«Nella mia qualità di Coordinatore regionale del Mia Casa d’Abruzzo e di ex-parlamentare, in occasione del quarto anniversario del terremoto e della sua graditissima presenza a L’Aquila, le chiedo, a nome delle famiglie ancora sfollate – scrive Pio Rapagnà – di promuovere un incontro di lavoro con la Istituzioni pubbliche regionali e locali e soggetti attuatori della ricostruzione e della messa in sicurezza antisismica degli alloggi e degli edifici di edilizia residenziale pubblica di proprietà dell’Ater e dei Comuni del cratere».

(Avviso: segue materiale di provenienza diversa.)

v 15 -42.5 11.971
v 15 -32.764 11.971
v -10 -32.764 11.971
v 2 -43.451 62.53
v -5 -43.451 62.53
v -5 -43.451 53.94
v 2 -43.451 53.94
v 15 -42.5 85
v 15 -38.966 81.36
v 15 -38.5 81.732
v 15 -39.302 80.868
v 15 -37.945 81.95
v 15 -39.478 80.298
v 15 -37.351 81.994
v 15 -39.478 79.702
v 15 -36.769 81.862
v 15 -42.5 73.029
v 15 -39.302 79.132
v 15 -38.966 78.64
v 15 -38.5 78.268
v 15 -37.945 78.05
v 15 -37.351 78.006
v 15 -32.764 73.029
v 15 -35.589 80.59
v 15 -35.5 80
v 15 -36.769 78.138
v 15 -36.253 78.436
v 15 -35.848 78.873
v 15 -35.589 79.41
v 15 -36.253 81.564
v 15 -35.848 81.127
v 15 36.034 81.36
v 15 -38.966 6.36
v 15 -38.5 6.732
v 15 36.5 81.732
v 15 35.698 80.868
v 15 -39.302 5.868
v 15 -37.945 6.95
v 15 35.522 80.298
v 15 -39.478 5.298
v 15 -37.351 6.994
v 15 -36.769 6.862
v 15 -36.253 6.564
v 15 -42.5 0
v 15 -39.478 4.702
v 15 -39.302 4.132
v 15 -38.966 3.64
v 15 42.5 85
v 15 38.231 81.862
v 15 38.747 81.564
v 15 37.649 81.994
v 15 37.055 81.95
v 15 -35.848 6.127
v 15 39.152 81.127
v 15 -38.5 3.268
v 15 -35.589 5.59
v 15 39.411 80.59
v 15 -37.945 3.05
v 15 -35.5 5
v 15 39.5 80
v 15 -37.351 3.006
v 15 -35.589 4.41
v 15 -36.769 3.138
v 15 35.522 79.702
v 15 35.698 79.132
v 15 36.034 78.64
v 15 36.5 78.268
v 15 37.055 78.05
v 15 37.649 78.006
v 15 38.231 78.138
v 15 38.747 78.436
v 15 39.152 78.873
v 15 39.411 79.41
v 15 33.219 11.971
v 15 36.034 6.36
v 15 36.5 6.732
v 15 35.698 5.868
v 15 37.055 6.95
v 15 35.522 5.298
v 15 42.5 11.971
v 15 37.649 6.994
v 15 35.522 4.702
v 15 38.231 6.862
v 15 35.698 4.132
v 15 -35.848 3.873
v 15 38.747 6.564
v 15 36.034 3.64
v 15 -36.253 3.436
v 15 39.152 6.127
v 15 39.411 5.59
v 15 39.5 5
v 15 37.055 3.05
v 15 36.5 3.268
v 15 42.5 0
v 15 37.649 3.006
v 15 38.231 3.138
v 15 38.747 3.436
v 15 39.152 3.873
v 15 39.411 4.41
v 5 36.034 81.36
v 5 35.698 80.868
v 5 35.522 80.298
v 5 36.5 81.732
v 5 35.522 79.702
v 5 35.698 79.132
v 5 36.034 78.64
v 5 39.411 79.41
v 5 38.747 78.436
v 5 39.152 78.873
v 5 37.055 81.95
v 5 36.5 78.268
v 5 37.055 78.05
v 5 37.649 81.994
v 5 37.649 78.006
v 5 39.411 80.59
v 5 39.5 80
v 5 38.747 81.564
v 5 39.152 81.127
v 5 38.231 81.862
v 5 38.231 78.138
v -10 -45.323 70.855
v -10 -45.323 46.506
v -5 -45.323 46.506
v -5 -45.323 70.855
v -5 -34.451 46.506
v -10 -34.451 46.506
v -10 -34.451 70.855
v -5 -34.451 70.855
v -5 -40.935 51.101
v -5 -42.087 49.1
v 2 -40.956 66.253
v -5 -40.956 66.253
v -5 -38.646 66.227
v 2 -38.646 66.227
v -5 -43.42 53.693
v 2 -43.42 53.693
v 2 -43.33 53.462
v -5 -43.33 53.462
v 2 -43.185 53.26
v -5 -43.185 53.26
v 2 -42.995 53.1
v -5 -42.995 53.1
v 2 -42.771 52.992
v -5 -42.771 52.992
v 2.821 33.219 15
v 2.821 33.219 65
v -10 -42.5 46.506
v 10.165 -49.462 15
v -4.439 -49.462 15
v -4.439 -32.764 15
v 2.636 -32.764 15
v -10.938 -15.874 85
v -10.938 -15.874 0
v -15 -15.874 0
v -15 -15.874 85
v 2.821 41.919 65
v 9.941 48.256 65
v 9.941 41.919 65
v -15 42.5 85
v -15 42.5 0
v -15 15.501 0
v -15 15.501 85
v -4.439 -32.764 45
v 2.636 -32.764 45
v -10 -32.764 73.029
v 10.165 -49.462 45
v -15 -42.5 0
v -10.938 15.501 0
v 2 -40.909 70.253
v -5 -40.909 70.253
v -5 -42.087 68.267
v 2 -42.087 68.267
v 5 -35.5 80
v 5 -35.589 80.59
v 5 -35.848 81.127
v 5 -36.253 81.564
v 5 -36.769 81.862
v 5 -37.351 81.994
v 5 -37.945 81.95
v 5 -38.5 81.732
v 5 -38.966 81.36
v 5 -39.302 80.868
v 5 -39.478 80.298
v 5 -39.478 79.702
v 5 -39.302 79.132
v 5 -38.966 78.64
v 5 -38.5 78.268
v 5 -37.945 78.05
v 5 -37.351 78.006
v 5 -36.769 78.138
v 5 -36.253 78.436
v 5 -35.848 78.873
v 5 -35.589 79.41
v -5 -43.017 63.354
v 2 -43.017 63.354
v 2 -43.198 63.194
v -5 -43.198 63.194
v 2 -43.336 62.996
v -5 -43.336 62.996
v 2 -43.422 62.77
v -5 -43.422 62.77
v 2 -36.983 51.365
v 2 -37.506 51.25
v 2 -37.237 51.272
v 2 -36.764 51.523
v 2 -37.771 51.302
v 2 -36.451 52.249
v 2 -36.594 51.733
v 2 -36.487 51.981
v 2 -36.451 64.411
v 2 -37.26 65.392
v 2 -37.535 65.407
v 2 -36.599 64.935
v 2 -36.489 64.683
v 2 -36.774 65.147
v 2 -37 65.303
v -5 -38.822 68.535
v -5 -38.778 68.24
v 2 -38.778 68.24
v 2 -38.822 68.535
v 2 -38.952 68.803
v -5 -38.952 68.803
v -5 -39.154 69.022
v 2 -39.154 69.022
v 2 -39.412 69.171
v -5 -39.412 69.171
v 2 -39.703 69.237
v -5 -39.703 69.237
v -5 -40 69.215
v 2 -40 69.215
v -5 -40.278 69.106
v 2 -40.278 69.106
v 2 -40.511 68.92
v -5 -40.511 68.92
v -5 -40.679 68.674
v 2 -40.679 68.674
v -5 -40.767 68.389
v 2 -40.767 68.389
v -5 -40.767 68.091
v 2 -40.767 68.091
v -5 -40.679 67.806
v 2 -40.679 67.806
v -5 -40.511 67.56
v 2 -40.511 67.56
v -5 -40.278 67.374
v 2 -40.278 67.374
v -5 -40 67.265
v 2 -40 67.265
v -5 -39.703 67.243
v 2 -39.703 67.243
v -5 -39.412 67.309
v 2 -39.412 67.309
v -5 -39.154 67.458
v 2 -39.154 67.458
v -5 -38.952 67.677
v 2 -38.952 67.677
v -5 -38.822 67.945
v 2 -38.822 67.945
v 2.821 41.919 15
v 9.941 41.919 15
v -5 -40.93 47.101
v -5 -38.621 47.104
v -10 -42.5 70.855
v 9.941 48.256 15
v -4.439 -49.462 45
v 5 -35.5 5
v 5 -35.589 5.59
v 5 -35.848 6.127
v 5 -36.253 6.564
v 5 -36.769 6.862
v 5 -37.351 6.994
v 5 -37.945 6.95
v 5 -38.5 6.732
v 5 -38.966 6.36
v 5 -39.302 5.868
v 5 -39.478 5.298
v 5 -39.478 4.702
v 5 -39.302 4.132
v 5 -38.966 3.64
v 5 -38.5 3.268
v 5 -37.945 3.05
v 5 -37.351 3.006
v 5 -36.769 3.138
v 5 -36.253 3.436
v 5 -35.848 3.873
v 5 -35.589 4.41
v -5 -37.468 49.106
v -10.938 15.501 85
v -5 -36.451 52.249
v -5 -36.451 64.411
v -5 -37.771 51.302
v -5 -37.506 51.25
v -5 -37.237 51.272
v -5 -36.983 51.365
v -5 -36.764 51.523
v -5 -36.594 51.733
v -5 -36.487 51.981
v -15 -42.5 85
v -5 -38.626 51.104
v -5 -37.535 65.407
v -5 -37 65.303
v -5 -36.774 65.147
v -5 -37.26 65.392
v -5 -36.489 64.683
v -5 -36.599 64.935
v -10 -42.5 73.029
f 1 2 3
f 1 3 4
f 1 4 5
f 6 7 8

«In questi 4 anni – continua Rapagnà – trascorsi dal 6 aprile 2009 è rimasta completamente ferma la ricostruzione ‘pesante’ degli edifici inagibili classificati E, ricostruzione affidata dalla Presidenza del Consiglio dei Ministri e dal Commissario delegato e Presidente della Regione, al Provveditorato Interregionale per le Opere Pubbliche ed agli enti locali e strumentali della Regione e dei Comuni».
«Purtroppo, aldilà delle buone intenzioni dei soggetti attuatori della ricostruzione – osserva Rapagnà – l’Ater ha avviato soltanto 92 interventi per la riparazione e ricostruzione leggera, il Provveditorato Interregionale alle Opere Pubbliche e il Comune dell’Aquila sono sostanzialmente fermi nell’opera di ricostruzione pesante, e l’intero patrimonio abitativo pubblico danneggiato dal terremoto presenta oggi una situazione drammatica».
«In questi anni, a L’Aquila e in Abruzzo – afferma il coordinatore di Mia Casa – è stato fatto un grande sforzo per respingere i ripetuti tentativi di infiltrazione di alcune forme di criminalità politica, amministrativa e malavitosa e per respingere e prevenire corruzione, clientelismo e distorte e incontrollabili modalità di gestione del denaro pubblico, e lo dimostrano in modo inequivocabile le puntuali relazioni annuali della Magistratura ordinaria, Amministrativa e della Corte dei Conti sull’andamento della ricostrzione e le attività degli Enti pubblici, Società strumentali, partecipate e controllate, sottoposti al loro controllo».
«In tale contesto – prosegue l’ex parlamentare – dispiace constatare che, pur in presenza di evidenti situazioni “anomale” di cattiva gestione, sperpero di denaro pubblico e facile corruzione, le massime Istituzioni della Regione Abruzzo, gli Enti Locali e le strutture della pubblica amministrazione non hanno dato un buon esempio, sul piano legislativo, nell’opera ricostruzione, di vigilanza e di lotta alla corruzione ed alla criminalità politica e amministrativa insediatasi sul nostro territorio e di cui sono state e sono piene le cronache giudiziarie, investigative e repressive».
Secondo Rapagnà «si è sviluppata e si consolida quotidianamente una illegalità diffusa a livello economico privato e amministrativo pubblico, con un enorme giro di affari, che coinvolge il settanta per cento dell’attività complessiva della Regione, mentre abbiamo assistito alla esplosione di scaldali che hanno decapitato i vertici politici ed amministrativi di Comuni e Regione, e che, senza drastiche iniziative di prevenzione e contrasto, sembra far presagire cose non buone per il futuro dell’Abruzzo e dell’Aquila».